This repository contains the code accompanying the paper Diffusion Hyperfeatures: Searching Through Time and Space for Semantic Correspondence. The code implements Diffusion Hyperfeatures, a framework for consolidating multi-scale and multi-timestep feature maps from a diffusion model into per-pixel feature descriptors.
- 🚀 2024/09/10 - Fixed any broken model weight paths.
- 🚀 2024/02/17 - Added generic training code for how one might train Diffusion Hyperfeatures for things beyond semantic correspondence.
- 🚀 2023/09/28 - Added training code for Diffusion Hyperfeatures.
- 🚀 2023/07/07 - Added extraction code and demos for real / synthetic images for Diffusion Hyperfeatures.
This code was tested with Python 3.8. To install the necessary packages, please run:
conda env create -f environment.yml
conda activate dhf
You can download the following pretrained aggregation networks by running download_weights.sh
.
To extract and save Diffusion Hyperfeatures for your own set of real images, or a set of synthetic images with your own custom prompts, run extract_hyperfeatures.py
.
To run on real images, you can provide a folder of images with or without corresponding annotations.
python3 extract_hyperfeatures.py --save_root hyperfeatures --config_path configs/real.yaml --image_root assets/spair/images --images_or_prompts_path annotations/spair_71k_test-6.json
python3 extract_hyperfeatures.py --save_root hyperfeatures --config_path configs/real.yaml --image_root assets/spair/images --images_or_prompts_path ""
To run on synthetic images, you can provide a json file containing a list of prompts.
python3 extract_hyperfeatures.py --save_root hyperfeatures --config_path configs/synthetic.yaml --image_root "" --images_or_prompts_path annotations/synthetic-3.json
To train an aggregation network on your own custom dataset containing images and their labeled correspondences, use our training script provided below. We recommend first training a one-step model, which converges much faster but to a worse final performance than the multi-step model, to ensure that everything is working correctly. You can configure this with the save_timestep
and num_timesteps
fields in the config file. You can also configure the base model (SDv1-5 vs SDv2-1) with the model_id
field. You can replace our pretrained weights when running the jupyter notebook with your own by replacing the weights_path
field.
python3 train_hyperfeatures.py --config_path configs/train.yaml
Make sure to configure wandb for wandb logging.
wandb login
Make sure you also download the SPair-71k dataset if you want to use our default config.
mkdir datasets
wget -P datasets http://cvlab.postech.ac.kr/research/SPair-71k/data/SPair-71k.tar.gz
tar -xvf datasets/SPair-71k.tar.gz -C datasets
We also provide demos for the semantic keypoint matching task using Diffusion Hyperfeatures.
For real images, real_demo waks through visualizing correspondences using either nearest neighbors or mutual nearest neighbors.
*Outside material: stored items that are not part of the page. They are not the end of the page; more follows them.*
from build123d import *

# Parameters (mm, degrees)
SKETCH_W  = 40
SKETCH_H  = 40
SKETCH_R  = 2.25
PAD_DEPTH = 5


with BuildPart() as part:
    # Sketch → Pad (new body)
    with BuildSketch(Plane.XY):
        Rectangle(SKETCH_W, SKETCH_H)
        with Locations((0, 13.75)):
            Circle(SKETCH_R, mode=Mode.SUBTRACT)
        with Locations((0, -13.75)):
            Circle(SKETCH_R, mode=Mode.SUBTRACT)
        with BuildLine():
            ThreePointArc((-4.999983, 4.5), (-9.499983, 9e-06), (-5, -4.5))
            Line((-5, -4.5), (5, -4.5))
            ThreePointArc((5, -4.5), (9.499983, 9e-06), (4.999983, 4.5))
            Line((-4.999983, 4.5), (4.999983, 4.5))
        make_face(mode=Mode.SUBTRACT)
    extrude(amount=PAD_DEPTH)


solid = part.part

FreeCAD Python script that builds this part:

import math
import FreeCAD as App
import Part
import Sketcher

V = App.Vector
Q = App.Units.Quantity

doc = App.newDocument("Part")
body = doc.addObject("PartDesign::Body", "Body")

# Sketch on XY plane
sketch1 = body.newObject("Sketcher::SketchObject", "Sketch")
sketch1.AttachmentSupport = (doc.getObject("XY_Plane"), [""])
sketch1.MapMode = "FlatFace"
sketch1.addGeometry([
    Part.LineSegment(V(-20, 20, 0), V(-20, -20, 0)),  # 0
    Part.LineSegment(V(-20, -20, 0), V(20, -20, 0)),  # 1
    Part.LineSegment(V(20, -20, 0), V(20, 20, 0)),  # 2
    Part.LineSegment(V(20, 20, 0), V(-20, 20, 0)),  # 3
    Part.Circle(V(0, -13.8, 0), V(0, 0, 1), 2.2),  # 4
    Part.ArcOfCircle(Part.Circle(V(-5, 0, 0), V(0, 0, 1), 4.5), math.radians(90), math.radians(270)),  # 5
    Part.LineSegment(V(-5, 4.5, 0), V(5, 4.5, 0)),  # 6
    Part.ArcOfCircle(Part.Circle(V(5, 0, 0), V(0, 0, 1), 4.5), math.radians(-90), math.radians(90)),  # 7
    Part.LineSegment(V(5, -4.5, 0), V(-5, -4.5, 0)),  # 8
    Part.Circle(V(0, 13.8, 0), V(0, 0, 1), 2.2),  # 9
], False)
sketch1.addConstraint([
    Sketcher.Constraint("Coincident", 0, 2, 1, 1),
    Sketcher.Constraint("Coincident", 1, 2, 2, 1),
    Sketcher.Constraint("Coincident", 2, 2, 3, 1),
    Sketcher.Constraint("Coincident", 3, 2, 0, 1),
    Sketcher.Constraint("Tangent", 5, 1, 6, 1),
    Sketcher.Constraint("Tangent", 6, 2, 7, 2),
    Sketcher.Constraint("Coincident", 7, 1, 8, 1),
    Sketcher.Constraint("Coincident", 8, 2, 5, 2),
    Sketcher.Constraint("Vertical", 0),
    Sketcher.Constraint("Horizontal", 1),
    Sketcher.Constraint("Vertical", 2),
    Sketcher.Constraint("Horizontal", 3),
    Sketcher.Constraint("Horizontal", 6),
    Sketcher.Constraint("Horizontal", 8),
    Sketcher.Constraint("Equal", 4, 9),
    Sketcher.Constraint("Symmetric", 5, 3, 7, 3, -1, 1),
    Sketcher.Constraint("Symmetric", 4, 3, 9, 3, -1, 1),
    Sketcher.Constraint("Symmetric", 0, 2, 2, 2, -1, 1),
    Sketcher.Constraint("PointOnObject", 4, 3, -2),
    Sketcher.Constraint("Equal", 3, 0),
    Sketcher.Constraint("Diameter", 4, Q("4.5 mm")),
    Sketcher.Constraint("Radius", 5, Q("4.5 mm")),
    Sketcher.Constraint("DistanceX", 1, 1, 1, 2, Q("40 mm")),
    Sketcher.Constraint("DistanceX", 8, 2, 8, 1, Q("10 mm")),
    Sketcher.Constraint("DistanceX", -1, 1, 7, 1, Q("5 mm")),
    Sketcher.Constraint("DistanceY", 4, 3, 9, 3, Q("27.5 mm")),
    Sketcher.Constraint("DistanceX", 6, 1, 6, 2, Q("9.999966 mm")),
])
pad1 = body.newObject("PartDesign::Pad", "Pad")
pad1.Profile = sketch1
pad1.Length = 5

doc.recompute()
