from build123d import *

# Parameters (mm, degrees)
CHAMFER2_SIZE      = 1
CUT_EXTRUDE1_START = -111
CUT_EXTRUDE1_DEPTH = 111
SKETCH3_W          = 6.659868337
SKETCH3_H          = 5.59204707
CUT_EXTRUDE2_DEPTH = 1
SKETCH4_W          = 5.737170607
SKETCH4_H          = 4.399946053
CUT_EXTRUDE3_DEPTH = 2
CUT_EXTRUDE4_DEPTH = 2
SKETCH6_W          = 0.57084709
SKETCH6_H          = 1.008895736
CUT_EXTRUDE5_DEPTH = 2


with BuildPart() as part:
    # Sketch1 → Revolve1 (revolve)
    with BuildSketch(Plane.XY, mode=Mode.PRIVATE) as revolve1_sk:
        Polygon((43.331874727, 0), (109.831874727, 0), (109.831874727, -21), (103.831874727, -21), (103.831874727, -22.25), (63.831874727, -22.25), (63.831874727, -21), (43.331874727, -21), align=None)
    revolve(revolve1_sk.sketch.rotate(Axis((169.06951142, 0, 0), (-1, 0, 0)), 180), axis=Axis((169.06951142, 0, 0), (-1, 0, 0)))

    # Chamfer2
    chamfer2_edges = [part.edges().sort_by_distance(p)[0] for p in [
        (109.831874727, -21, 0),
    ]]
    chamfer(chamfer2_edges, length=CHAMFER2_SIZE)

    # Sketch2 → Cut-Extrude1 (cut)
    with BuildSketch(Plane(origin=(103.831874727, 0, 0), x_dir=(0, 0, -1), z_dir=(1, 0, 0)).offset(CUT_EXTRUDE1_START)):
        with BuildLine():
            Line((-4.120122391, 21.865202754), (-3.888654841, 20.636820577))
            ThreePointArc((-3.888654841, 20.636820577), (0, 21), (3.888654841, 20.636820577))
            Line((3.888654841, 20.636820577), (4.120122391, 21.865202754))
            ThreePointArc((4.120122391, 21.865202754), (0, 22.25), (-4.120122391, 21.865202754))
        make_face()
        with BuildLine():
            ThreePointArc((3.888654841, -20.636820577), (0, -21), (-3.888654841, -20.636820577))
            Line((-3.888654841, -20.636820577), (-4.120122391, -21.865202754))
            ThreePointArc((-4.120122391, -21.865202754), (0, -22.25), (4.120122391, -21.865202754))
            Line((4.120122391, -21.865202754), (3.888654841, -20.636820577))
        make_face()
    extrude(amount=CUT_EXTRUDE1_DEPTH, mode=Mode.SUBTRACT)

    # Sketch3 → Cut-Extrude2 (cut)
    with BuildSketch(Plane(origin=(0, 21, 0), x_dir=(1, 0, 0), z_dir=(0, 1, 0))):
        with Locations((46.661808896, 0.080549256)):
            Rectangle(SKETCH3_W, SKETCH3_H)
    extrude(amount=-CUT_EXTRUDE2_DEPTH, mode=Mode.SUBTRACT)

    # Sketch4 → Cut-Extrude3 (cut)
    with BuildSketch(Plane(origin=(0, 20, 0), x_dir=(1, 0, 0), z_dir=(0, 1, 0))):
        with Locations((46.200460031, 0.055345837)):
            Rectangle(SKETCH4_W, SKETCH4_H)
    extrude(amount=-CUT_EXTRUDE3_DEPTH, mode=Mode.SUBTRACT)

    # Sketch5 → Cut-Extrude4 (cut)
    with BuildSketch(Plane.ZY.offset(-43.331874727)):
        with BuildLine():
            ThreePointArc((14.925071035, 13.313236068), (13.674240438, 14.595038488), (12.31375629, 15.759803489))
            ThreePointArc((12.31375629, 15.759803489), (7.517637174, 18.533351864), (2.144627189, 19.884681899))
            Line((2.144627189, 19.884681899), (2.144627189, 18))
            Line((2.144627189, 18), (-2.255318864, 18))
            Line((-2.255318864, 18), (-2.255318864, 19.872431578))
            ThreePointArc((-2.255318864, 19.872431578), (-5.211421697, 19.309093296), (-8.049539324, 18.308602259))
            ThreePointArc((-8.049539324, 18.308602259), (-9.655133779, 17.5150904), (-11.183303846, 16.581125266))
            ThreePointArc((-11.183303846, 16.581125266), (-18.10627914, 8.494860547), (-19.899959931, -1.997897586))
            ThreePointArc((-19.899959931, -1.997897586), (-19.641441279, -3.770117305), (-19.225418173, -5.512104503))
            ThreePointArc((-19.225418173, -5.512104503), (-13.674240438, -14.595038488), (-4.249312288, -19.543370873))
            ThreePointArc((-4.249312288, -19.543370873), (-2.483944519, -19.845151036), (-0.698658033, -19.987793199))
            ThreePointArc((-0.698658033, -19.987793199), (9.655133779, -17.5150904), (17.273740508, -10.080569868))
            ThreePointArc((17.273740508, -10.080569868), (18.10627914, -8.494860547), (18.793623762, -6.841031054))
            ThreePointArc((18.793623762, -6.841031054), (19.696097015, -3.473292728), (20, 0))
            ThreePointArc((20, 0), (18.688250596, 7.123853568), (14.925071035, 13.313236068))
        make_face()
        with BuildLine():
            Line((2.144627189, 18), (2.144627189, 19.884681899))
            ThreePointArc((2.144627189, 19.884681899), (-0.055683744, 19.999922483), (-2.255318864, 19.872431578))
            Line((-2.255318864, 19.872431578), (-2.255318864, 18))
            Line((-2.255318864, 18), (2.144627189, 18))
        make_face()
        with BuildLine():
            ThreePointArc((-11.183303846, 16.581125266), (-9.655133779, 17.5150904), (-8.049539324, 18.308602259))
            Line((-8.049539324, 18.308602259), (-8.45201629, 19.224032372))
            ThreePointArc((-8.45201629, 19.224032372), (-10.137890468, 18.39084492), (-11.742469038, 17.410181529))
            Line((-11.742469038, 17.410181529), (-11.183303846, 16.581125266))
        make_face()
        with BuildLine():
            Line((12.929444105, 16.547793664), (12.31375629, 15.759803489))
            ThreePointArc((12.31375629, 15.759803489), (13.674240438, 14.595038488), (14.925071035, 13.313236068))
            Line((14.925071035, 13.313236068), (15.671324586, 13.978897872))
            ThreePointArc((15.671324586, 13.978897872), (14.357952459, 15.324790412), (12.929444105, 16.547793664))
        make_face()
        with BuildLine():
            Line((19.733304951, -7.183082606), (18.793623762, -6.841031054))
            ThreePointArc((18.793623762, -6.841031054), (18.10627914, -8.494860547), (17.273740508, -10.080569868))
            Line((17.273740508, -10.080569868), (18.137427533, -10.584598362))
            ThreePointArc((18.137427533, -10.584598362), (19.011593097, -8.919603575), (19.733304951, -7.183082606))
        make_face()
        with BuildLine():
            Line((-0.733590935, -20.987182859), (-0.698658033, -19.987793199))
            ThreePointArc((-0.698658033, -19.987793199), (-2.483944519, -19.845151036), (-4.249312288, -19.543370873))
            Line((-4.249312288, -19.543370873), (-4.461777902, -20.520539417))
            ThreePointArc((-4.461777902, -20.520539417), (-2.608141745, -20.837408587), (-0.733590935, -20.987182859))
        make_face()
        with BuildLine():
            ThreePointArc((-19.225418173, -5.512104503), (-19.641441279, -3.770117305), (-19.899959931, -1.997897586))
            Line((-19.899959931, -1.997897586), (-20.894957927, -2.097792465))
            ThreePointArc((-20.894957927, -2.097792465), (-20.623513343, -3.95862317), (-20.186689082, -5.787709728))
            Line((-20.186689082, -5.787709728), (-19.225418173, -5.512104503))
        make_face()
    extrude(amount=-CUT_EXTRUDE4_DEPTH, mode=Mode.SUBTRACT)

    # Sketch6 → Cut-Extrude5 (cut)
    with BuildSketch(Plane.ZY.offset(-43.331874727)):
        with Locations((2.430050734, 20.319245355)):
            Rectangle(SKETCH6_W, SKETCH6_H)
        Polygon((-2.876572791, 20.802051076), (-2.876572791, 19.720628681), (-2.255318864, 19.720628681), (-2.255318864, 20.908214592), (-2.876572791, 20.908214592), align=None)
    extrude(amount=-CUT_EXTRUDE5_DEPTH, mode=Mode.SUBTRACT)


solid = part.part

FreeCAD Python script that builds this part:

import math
import FreeCAD as App
import Part
import Sketcher

V = App.Vector


def edges_at(feature, points):
    """Names of the edges that pass closest to the given points."""
    edges = feature.Shape.Edges
    near = lambda p: min(range(len(edges)), key=lambda i: edges[i].distToShape(Part.Vertex(*p))[0])
    return sorted({f"Edge{near(p) + 1}" for p in points})

doc = App.newDocument("Part")
body = doc.addObject("PartDesign::Body", "Body")

# Sketch on XY plane
sketch1 = body.newObject("Sketcher::SketchObject", "Sketch")
sketch1.AttachmentSupport = (doc.getObject("XY_Plane"), [""])
sketch1.MapMode = "FlatFace"
sketch1.addGeometry(Part.LineSegment(V(109.8, 0, 0), V(43.3, 0, 0)), False)
sketch1.addGeometry(Part.LineSegment(V(43.3, 0, 0), V(43.3, -21, 0)), False)
sketch1.addGeometry(Part.LineSegment(V(43.3, -21, 0), V(63.8, -21, 0)), False)
sketch1.addGeometry(Part.LineSegment(V(63.8, -21, 0), V(63.8, -22.2, 0)), False)
sketch1.addGeometry(Part.LineSegment(V(63.8, -22.2, 0), V(103.8, -22.2, 0)), False)
sketch1.addGeometry(Part.LineSegment(V(103.8, -22.2, 0), V(103.8, -21, 0)), False)
sketch1.addGeometry(Part.LineSegment(V(103.8, -21, 0), V(109.8, -21, 0)), False)
sketch1.addGeometry(Part.LineSegment(V(109.8, -21, 0), V(109.8, 0, 0)), False)
sketch1.addConstraint(Sketcher.Constraint("Coincident", 0, 2, 1, 1))
sketch1.addConstraint(Sketcher.Constraint("Coincident", 1, 2, 2, 1))
sketch1.addConstraint(Sketcher.Constraint("Coincident", 2, 2, 3, 1))
sketch1.addConstraint(Sketcher.Constraint("Coincident", 3, 2, 4, 1))
sketch1.addConstraint(Sketcher.Constraint("Coincident", 4, 2, 5, 1))
sketch1.addConstraint(Sketcher.Constraint("Coincident", 5, 2, 6, 1))
sketch1.addConstraint(Sketcher.Constraint("Coincident", 6, 2, 7, 1))
sketch1.addConstraint(Sketcher.Constraint("Coincident", 7, 2, 0, 1))
sketch1.addConstraint(Sketcher.Constraint("Horizontal", 0))
sketch1.addConstraint(Sketcher.Constraint("Vertical", 1))
sketch1.addConstraint(Sketcher.Constraint("Horizontal", 2))
sketch1.addConstraint(Sketcher.Constraint("Vertical", 3))
sketch1.addConstraint(Sketcher.Constraint("Horizontal", 4))
sketch1.addConstraint(Sketcher.Constraint("Vertical", 5))
sketch1.addConstraint(Sketcher.Constraint("Horizontal", 6))
sketch1.addConstraint(Sketcher.Constraint("Vertical", 7))
sketch1.addConstraint(Sketcher.Constraint("PointOnObject", 0, 2, -1))
sketch1.addConstraint(Sketcher.Constraint("Horizontal", 2, 2, 5, 2))
sketch1.addConstraint(Sketcher.Constraint("DistanceX", 4, 1, 4, 2, 40.0))
sketch1.addConstraint(Sketcher.Constraint("DistanceX", 6, 1, 6, 2, 6.0))
sketch1.addConstraint(Sketcher.Constraint("DistanceY", 1, 2, 1, 1, 21.0))
sketch1.addConstraint(Sketcher.Constraint("DistanceX", 0, 2, 0, 1, 66.5))
sketch1.addConstraint(Sketcher.Constraint("DistanceY", 3, 2, 3, 1, 1.25))
sketch1.addConstraint(Sketcher.Constraint("DistanceX", -1, 1, 0, 2, 43.331875))
revolution = body.newObject("PartDesign::Revolution", "Revolution")
revolution.Profile = sketch1
revolution.ReferenceAxis = (sketch1, ["H_Axis"])
revolution.Angle = 360
doc.recompute()

chamfer = body.newObject("PartDesign::Chamfer", "Chamfer")
chamfer.Base = (revolution, edges_at(revolution, [(109.832, -21, 0)]))
chamfer.Size = 1

# Sketch on YZ plane
sketch2 = body.newObject("Sketcher::SketchObject", "Sketch001")
sketch2.AttachmentSupport = (doc.getObject("YZ_Plane"), [""])
sketch2.MapMode = "FlatFace"
sketch2.AttachmentOffset = App.Placement(V(0, 0, -7.168125), App.Rotation())
sketch2.addGeometry(Part.LineSegment(V(21.9, 4.1, 0), V(20.6, 3.9, 0)), False)
sketch2.addGeometry(Part.ArcOfCircle(Part.Circle(V(0, 0, 0), V(0, 0, 1), 21), math.radians(-11), math.radians(11)), False)
sketch2.addGeometry(Part.LineSegment(V(20.6, -3.9, 0), V(21.9, -4.1, 0)), False)
sketch2.addGeometry(Part.ArcOfCircle(Part.Circle(V(0, 0, 0), V(0, 0, 1), 22.2), math.radians(-11), math.radians(11)), False)
sketch2.addGeometry(Part.ArcOfCircle(Part.Circle(V(0, 0, 0), V(0, 0, 1), 21), math.radians(169), math.radians(191)), False)
sketch2.addGeometry(Part.LineSegment(V(-20.6, 3.9, 0), V(-21.9, 4.1, 0)), False)
sketch2.addGeometry(Part.ArcOfCircle(Part.Circle(V(0, 0, 0), V(0, 0, 1), 22.2), math.radians(169), math.radians(191)), False)
sketch2.addGeometry(Part.LineSegment(V(-21.9, -4.1, 0), V(-20.6, -3.9, 0)), False)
For synthetic images, synthetic_demo provides an interactive demo for visualizing correspondences given different prompts and different sets of user annotated source points.
@inproceedings{luo2023dhf,
title={Diffusion Hyperfeatures: Searching Through Time and Space for Semantic Correspondence},
author={Luo, Grace and Dunlap, Lisa and Park, Dong Huk and Holynski, Aleksander and Darrell, Trevor},
booktitle={Advances in Neural Information Processing Systems},
year={2023}
}
Our codebase builds on top of a few prior works, including Deep ViT Features as Dense Visual Descriptors, Zero-Shot Category-Level Object Pose Estimation, Shape-Guided Diffusion, and ODISE.